**Stored items:**
----------------

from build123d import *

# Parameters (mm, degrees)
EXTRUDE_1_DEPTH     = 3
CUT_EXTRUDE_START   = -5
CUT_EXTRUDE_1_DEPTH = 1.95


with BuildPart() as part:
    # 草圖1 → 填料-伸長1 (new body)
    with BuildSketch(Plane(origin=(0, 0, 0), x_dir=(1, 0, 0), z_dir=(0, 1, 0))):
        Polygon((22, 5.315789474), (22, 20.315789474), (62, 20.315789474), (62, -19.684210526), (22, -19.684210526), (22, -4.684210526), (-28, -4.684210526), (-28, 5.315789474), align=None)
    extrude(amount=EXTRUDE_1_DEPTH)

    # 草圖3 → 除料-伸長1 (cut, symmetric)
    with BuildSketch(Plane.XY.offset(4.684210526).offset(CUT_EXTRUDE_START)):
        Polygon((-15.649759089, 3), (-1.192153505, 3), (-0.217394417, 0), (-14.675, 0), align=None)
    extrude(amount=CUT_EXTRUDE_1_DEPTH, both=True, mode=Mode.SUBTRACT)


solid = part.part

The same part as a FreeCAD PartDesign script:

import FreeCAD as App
import Part
import Sketcher
Q = App.Units.Quantity

doc = App.newDocument("Part")
params = doc.addObject("Spreadsheet::Sheet", "Params")
for row, (alias, value) in enumerate([
    ("sketch1_width", "50 mm"),
    ("sketch1_width2", "40 mm"),
    ("sketch1_height", "15 mm"),
    ("pad1_length", "3 mm"),
    ("pocket1_length", "3.9 mm"),
], start=1):
    params.set(f"A{row}", alias)
    params.set(f"B{row}", "=" + value)
    params.setAlias(f"B{row}", alias)

body = doc.addObject("PartDesign::Body", "Body")

# Sketch on XZ plane
sketch1 = body.newObject("Sketcher::SketchObject", "Sketch")
sketch1.AttachmentSupport = (doc.getObject("XZ_Plane"), [""])
sketch1.MapMode = "FlatFace"
sketch1.addGeometry(Part.LineSegment(App.Vector(22, -20, 0), App.Vector(22, -5, 0)), False)
sketch1.addGeometry(Part.LineSegment(App.Vector(22, -5, 0), App.Vector(-28, -5, 0)), False)
sketch1.addGeometry(Part.LineSegment(App.Vector(-28, -5, 0), App.Vector(-28, 5, 0)), False)
sketch1.addGeometry(Part.LineSegment(App.Vector(-28, 5, 0), App.Vector(22, 5, 0)), False)
sketch1.addGeometry(Part.LineSegment(App.Vector(22, 5, 0), App.Vector(22, 20, 0)), False)
sketch1.addGeometry(Part.LineSegment(App.Vector(22, 20, 0), App.Vector(62, 20, 0)), False)
sketch1.addGeometry(Part.LineSegment(App.Vector(62, 20, 0), App.Vector(62, -20, 0)), False)
sketch1.addGeometry(Part.LineSegment(App.Vector(62, -20, 0), App.Vector(22, -20, 0)), False)
sketch1.addConstraint(Sketcher.Constraint("Coincident", 0, 2, 1, 1))
sketch1.addConstraint(Sketcher.Constraint("Coincident", 1, 2, 2, 1))
sketch1.addConstraint(Sketcher.Constraint("Coincident", 2, 2, 3, 1))
sketch1.addConstraint(Sketcher.Constraint("Coincident", 3, 2, 4, 1))
sketch1.addConstraint(Sketcher.Constraint("Coincident", 4, 2, 5, 1))
sketch1.addConstraint(Sketcher.Constraint("Coincident", 5, 2, 6, 1))
sketch1.addConstraint(Sketcher.Constraint("Coincident", 6, 2, 7, 1))
sketch1.addConstraint(Sketcher.Constraint("Coincident", 7, 2, 0, 1))
sketch1.addConstraint(Sketcher.Constraint("Vertical", 0))
sketch1.addConstraint(Sketcher.Constraint("Horizontal", 1))
sketch1.addConstraint(Sketcher.Constraint("Vertical", 2))
sketch1.addConstraint(Sketcher.Constraint("Horizontal", 3))
sketch1.addConstraint(Sketcher.Constraint("Vertical", 4))
sketch1.addConstraint(Sketcher.Constraint("Horizontal", 5))
sketch1.addConstraint(Sketcher.Constraint("Vertical", 6))
sketch1.addConstraint(Sketcher.Constraint("Horizontal", 7))
sketch1.addConstraint(Sketcher.Constraint("Vertical", 0, 2, 3, 2))
sketch1.addConstraint(Sketcher.Constraint("Equal", 0, 4))
sketch1.addConstraint(Sketcher.Constraint("Equal", 7, 6))
sketch1.addConstraint(Sketcher.Constraint("DistanceX", 1, 2, 1, 1, 50.0))
sketch1.addConstraint(Sketcher.Constraint("DistanceX", 5, 1, 5, 2, 40.0))
sketch1.addConstraint(Sketcher.Constraint("DistanceY", 0, 1, 0, 2, 15.0))
sketch1.addConstraint(Sketcher.Constraint("DistanceX", -1, 1, 0, 2, 22.0))
sketch1.addConstraint(Sketcher.Constraint("DistanceY", 0, 2, -1, 1, 5.315789))
sketch1.setExpression("Constraints[19]", "Params.sketch1_width")
sketch1.setExpression("Constraints[20]", "Params.sketch1_width2")
sketch1.setExpression("Constraints[21]", "Params.sketch1_height")
pad1 = body.newObject("PartDesign::Pad", "Pad")
pad1.Profile = sketch1
pad1.setExpression("Length", "Params.pad1_length")
pad1.Reversed = True

# Sketch on XY plane
sketch2 = body.newObject("Sketcher::SketchObject", "Sketch001")
sketch2.AttachmentSupport = (doc.getObject("XY_Plane"), [""])
sketch2.MapMode = "FlatFace"
sketch2.AttachmentOffset = App.Placement(App.Vector(0, 0, -0.315789), App.Rotation())
sketch2.addGeometry(Part.LineSegment(App.Vector(-1.2, 3, 0), App.Vector(-15.6, 3, 0)), False)
sketch2.addGeometry(Part.LineSegment(App.Vector(-15.6, 3, 0), App.Vector(-14.7, 0, 0)), False)
sketch2.addGeometry(Part.LineSegment(App.Vector(-14.7, 0, 0), App.Vector(-0.2, 0, 0)), False)
sketch2.addGeometry(Part.LineSegment(App.Vector(-0.2, 0, 0), App.Vector(-1.2, 3, 0)), False)
sketch2.addConstraint(Sketcher.Constraint("Coincident", 0, 2, 1, 1))
sketch2.addConstraint(Sketcher.Constraint("Coincident", 1, 2, 2, 1))
sketch2.addConstraint(Sketcher.Constraint("Coincident", 2, 2, 3, 1))
sketch2.addConstraint(Sketcher.Constraint("Coincident", 3, 2, 0, 1))
sketch2.addConstraint(Sketcher.Constraint("Horizontal", 0))
sketch2.addConstraint(Sketcher.Constraint("Horizontal", 2))
sketch2.addConstraint(Sketcher.Constraint("PointOnObject", 1, 2, -1))
sketch2.addConstraint(Sketcher.Constraint("Parallel", 1, 3))
sketch2.addConstraint(Sketcher.Constraint("Angle", 1, Q("-72 deg")))
sketch2.addConstraint(Sketcher.Constraint("DistanceY", -1, 1, 0, 2, 3.0))
sketch2.addConstraint(Sketcher.Constraint("DistanceX", 1, 2, -1, 1, 14.675))
sketch2.addConstraint(Sketcher.Constraint("DistanceX", 0, 2, 0, 1, 14.457606))
pocket1 = body.newObject("PartDesign::Pocket", "Pocket")
pocket1.Profile = sketch2
pocket1.setExpression("Length", "Params.pocket1_length")
pocket1.Midplane = True

doc.recompute()
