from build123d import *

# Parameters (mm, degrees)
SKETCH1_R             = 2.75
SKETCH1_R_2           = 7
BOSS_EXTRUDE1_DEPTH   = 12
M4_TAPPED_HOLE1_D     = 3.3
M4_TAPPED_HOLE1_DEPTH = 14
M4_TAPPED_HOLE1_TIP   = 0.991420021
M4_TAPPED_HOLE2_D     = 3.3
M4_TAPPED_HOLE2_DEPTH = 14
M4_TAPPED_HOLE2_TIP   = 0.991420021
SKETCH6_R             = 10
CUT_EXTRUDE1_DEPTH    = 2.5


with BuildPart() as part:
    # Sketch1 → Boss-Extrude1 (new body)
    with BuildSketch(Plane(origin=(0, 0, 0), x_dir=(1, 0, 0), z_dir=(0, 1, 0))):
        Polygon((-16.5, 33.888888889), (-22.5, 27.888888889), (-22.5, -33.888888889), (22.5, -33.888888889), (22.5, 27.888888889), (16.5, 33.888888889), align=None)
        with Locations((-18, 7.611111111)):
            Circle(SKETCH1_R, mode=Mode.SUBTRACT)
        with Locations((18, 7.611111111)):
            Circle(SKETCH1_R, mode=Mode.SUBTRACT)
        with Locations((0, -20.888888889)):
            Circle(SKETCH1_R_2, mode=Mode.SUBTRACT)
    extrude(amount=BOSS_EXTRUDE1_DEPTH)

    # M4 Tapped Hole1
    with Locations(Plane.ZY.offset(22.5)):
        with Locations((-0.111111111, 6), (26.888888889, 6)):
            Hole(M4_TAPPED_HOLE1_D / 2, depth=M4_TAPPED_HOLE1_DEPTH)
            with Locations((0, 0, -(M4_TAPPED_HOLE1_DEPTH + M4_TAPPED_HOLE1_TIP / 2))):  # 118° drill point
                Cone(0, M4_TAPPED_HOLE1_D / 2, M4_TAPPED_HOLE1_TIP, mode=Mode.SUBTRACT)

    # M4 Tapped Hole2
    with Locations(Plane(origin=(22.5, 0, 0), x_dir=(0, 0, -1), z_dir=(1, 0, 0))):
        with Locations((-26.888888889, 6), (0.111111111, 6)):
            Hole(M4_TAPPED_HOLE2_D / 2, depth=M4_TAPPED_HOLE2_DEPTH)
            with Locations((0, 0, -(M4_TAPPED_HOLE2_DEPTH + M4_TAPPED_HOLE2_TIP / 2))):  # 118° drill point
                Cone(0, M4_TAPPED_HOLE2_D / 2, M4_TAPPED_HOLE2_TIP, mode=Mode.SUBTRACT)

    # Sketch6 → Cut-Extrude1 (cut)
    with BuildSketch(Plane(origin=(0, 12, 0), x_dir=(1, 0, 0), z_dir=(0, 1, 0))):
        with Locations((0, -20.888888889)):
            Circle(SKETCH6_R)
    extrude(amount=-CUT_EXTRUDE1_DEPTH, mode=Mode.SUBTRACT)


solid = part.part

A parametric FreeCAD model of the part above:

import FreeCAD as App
import Part
import Sketcher
Q = App.Units.Quantity

doc = App.newDocument("Part")
body = doc.addObject("PartDesign::Body", "Body")

# Sketch on XZ plane
sketch1 = body.newObject("Sketcher::SketchObject", "Sketch")
sketch1.AttachmentSupport = (doc.getObject("XZ_Plane"), [""])
sketch1.MapMode = "FlatFace"
sketch1.addGeometry([
    Part.LineSegment(App.Vector(-16.5, -33.888889, 0), App.Vector(-22.5, -27.888889, 0)),  # 0
    Part.LineSegment(App.Vector(-22.5, -27.888889, 0), App.Vector(-22.5, 33.888889, 0)),  # 1
    Part.LineSegment(App.Vector(-22.5, 33.888889, 0), App.Vector(22.5, 33.888889, 0)),  # 2
    Part.LineSegment(App.Vector(22.5, 33.888889, 0), App.Vector(22.5, -27.888889, 0)),  # 3
    Part.LineSegment(App.Vector(22.5, -27.888889, 0), App.Vector(16.5, -33.888889, 0)),  # 4
    Part.LineSegment(App.Vector(16.5, -33.888889, 0), App.Vector(-16.5, -33.888889, 0)),  # 5
    Part.Circle(App.Vector(0, 20.888889, 0), App.Vector(0, 0, 1), 7),  # 6
    Part.Circle(App.Vector(-18, -7.611111, 0), App.Vector(0, 0, 1), 2.75),  # 7
    Part.Circle(App.Vector(18, -7.611111, 0), App.Vector(0, 0, 1), 2.75),  # 8
], False)
sketch1.addConstraint([
    Sketcher.Constraint("Coincident", 0, 2, 1, 1),
    Sketcher.Constraint("Coincident", 1, 2, 2, 1),
    Sketcher.Constraint("Coincident", 2, 2, 3, 1),
    Sketcher.Constraint("Coincident", 3, 2, 4, 1),
    Sketcher.Constraint("Coincident", 4, 2, 5, 1),
    Sketcher.Constraint("Coincident", 5, 2, 0, 1),
    Sketcher.Constraint("Vertical", 1),
    Sketcher.Constraint("Horizontal", 2),
    Sketcher.Constraint("Vertical", 3),
    Sketcher.Constraint("Horizontal", 5),
    Sketcher.Constraint("Equal", 7, 8),
    Sketcher.Constraint("Symmetric", 7, 3, 8, 3, -2),
    Sketcher.Constraint("Symmetric", 0, 2, 3, 2, -2),
    Sketcher.Constraint("PointOnObject", 6, 3, -2),
    Sketcher.Constraint("Perpendicular", 0, 4),
    Sketcher.Constraint("Equal", 0, 4),
    Sketcher.Constraint("Diameter", 6, Q("14 mm")),
    Sketcher.Constraint("Diameter", 7, Q("5.5 mm")),
    Sketcher.Constraint("DistanceX", 2, 1, 2, 2, Q("45 mm")),
    Sketcher.Constraint("DistanceX", 5, 2, 5, 1, Q("33 mm")),
    Sketcher.Constraint("DistanceX", 7, 3, -1, 1, Q("18 mm")),
    Sketcher.Constraint("DistanceY", 6, 3, 1, 2, Q("13 mm")),
    Sketcher.Constraint("DistanceY", 7, 3, 6, 3, Q("28.5 mm")),
    Sketcher.Constraint("DistanceY", 1, 1, 1, 2, Q("61.777778 mm")),
    Sketcher.Constraint("DistanceY", -1, 1, 6, 3, Q("20.888889 mm")),
])
pad1 = body.newObject("PartDesign::Pad", "Pad")
pad1.Profile = sketch1
pad1.Length = 12
pad1.Reversed = True

# Sketch on YZ plane
sketch2 = body.newObject("Sketcher::SketchObject", "Sketch001")
sketch2.AttachmentSupport = (doc.getObject("YZ_Plane"), [""])
sketch2.MapMode = "FlatFace"
sketch2.AttachmentOffset = App.Placement(App.Vector(0, 0, -22.5), App.Rotation())
sketch2.addGeometry([
    Part.Circle(App.Vector(6, -0.111111, 0), App.Vector(0, 0, 1), 1.65),
    Part.Circle(App.Vector(6, 26.888889, 0), App.Vector(0, 0, 1), 1.65),
], False)
sketch2.addConstraint([
    Sketcher.Constraint("Equal", 0, 1),
    Sketcher.Constraint("Vertical", 0, 3, 1, 3),
    Sketcher.Constraint("Diameter", 0, Q("3.3 mm")),
    Sketcher.Constraint("DistanceX", -1, 1, 0, 3, Q("6 mm")),
    Sketcher.Constraint("DistanceY", 0, 3, 1, 3, Q("27 mm")),
    Sketcher.Constraint("DistanceY", 0, 3, -1, 1, Q("0.111111 mm")),
])
doc.recompute()
hole = body.newObject("PartDesign::Hole", "Hole")
hole.Profile = sketch2
hole.ThreadType = "None"
hole.Diameter = 3.3
hole.DepthType = "Dimension"
hole.Depth = 14
hole.DrillPoint = "Angled"
hole.DrillPointAngle = 118
hole.Reversed = True

# Sketch on YZ plane
sketch3 = body.newObject("Sketcher::SketchObject", "Sketch002")
sketch3.AttachmentSupport = (doc.getObject("YZ_Plane"), [""])
sketch3.MapMode = "FlatFace"
sketch3.AttachmentOffset = App.Placement(App.Vector(0, 0, 22.5), App.Rotation())
sketch3.addGeometry([
    Part.Circle(App.Vector(6, 26.888889, 0), App.Vector(0, 0, 1), 1.65),
    Part.Circle(App.Vector(6, -0.111111, 0), App.Vector(0, 0, 1), 1.65),
], False)
sketch3.addConstraint([
    Sketcher.Constraint("Equal", 0, 1),
    Sketcher.Constraint("Vertical", 0, 3, 1, 3),
    Sketcher.Constraint("Diameter", 0, Q("3.3 mm")),
    Sketcher.Constraint("DistanceX", -1, 1, 0, 3, Q("6 mm")),
    Sketcher.Constraint("DistanceY", 1, 3, 0, 3, Q("27 mm")),
    Sketcher.Constraint("DistanceY", -1, 1, 0, 3, Q("26.888889 mm")),
])
doc.recompute()
hole2 = body.newObject("PartDesign::Hole", "Hole001")
hole2.Profile = sketch3
hole2.ThreadType = "None"
hole2.Diameter = 3.3
hole2.DepthType = "Dimension"
hole2.Depth = 14
hole2.DrillPoint = "Angled"
hole2.DrillPointAngle = 118

# Sketch on XZ plane
sketch4 = body.newObject("Sketcher::SketchObject", "Sketch003")
sketch4.AttachmentSupport = (doc.getObject("XZ_Plane"), [""])
sketch4.MapMode = "FlatFace"
sketch4.AttachmentOffset = App.Placement(App.Vector(0, 0, -12), App.Rotation())
sketch4.addGeometry(Part.Circle(App.Vector(0, 20.888889, 0), App.Vector(0, 0, 1), 10), False)
sketch4.addConstraint([
    Sketcher.Constraint("PointOnObject", 0, 3, -2),
    Sketcher.Constraint("Diameter", 0, Q("20 mm")),
    Sketcher.Constraint("DistanceY", -1, 1, 0, 3, Q("20.888889 mm")),
])
pocket1 = body.newObject("PartDesign::Pocket", "Pocket")
pocket1.Profile = sketch4
pocket1.Length = 2.5
pocket1.Reversed = True

doc.recompute()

----------------

**WHAT TO WORK ON:** Beginning at the first line of the data above, retype each line until you reach the line containing "The same part", and include that one too. Add nothing else.

**OUTPUT OF THE EXERCISE:**
from build123d import *

# Parameters (mm, degrees)
EXTRUDE_1_DEPTH     = 3
CUT_EXTRUDE_START   = -5
CUT_EXTRUDE_1_DEPTH = 1.95


with BuildPart() as part:
    # 草圖1 → 填料-伸長1 (new body)
    with BuildSketch(Plane(origin=(0, 0, 0), x_dir=(1, 0, 0), z_dir=(0, 1, 0))):
        Polygon((22, 5.315789474), (22, 20.315789474), (62, 20.315789474), (62, -19.684210526), (22, -19.684210526), (22, -4.684210526), (-28, -4.684210526), (-28, 5.315789474), align=None)
    extrude(amount=EXTRUDE_1_DEPTH)

    # 草圖3 → 除料-伸長1 (cut, symmetric)
    with BuildSketch(Plane.XY.offset(4.684210526).offset(CUT_EXTRUDE_START)):
        Polygon((-15.649759089, 3), (-1.192153505, 3), (-0.217394417, 0), (-14.675, 0), align=None)
    extrude(amount=CUT_EXTRUDE_1_DEPTH, both=True, mode=Mode.SUBTRACT)


solid = part.part

The same part as a FreeCAD PartDesign script:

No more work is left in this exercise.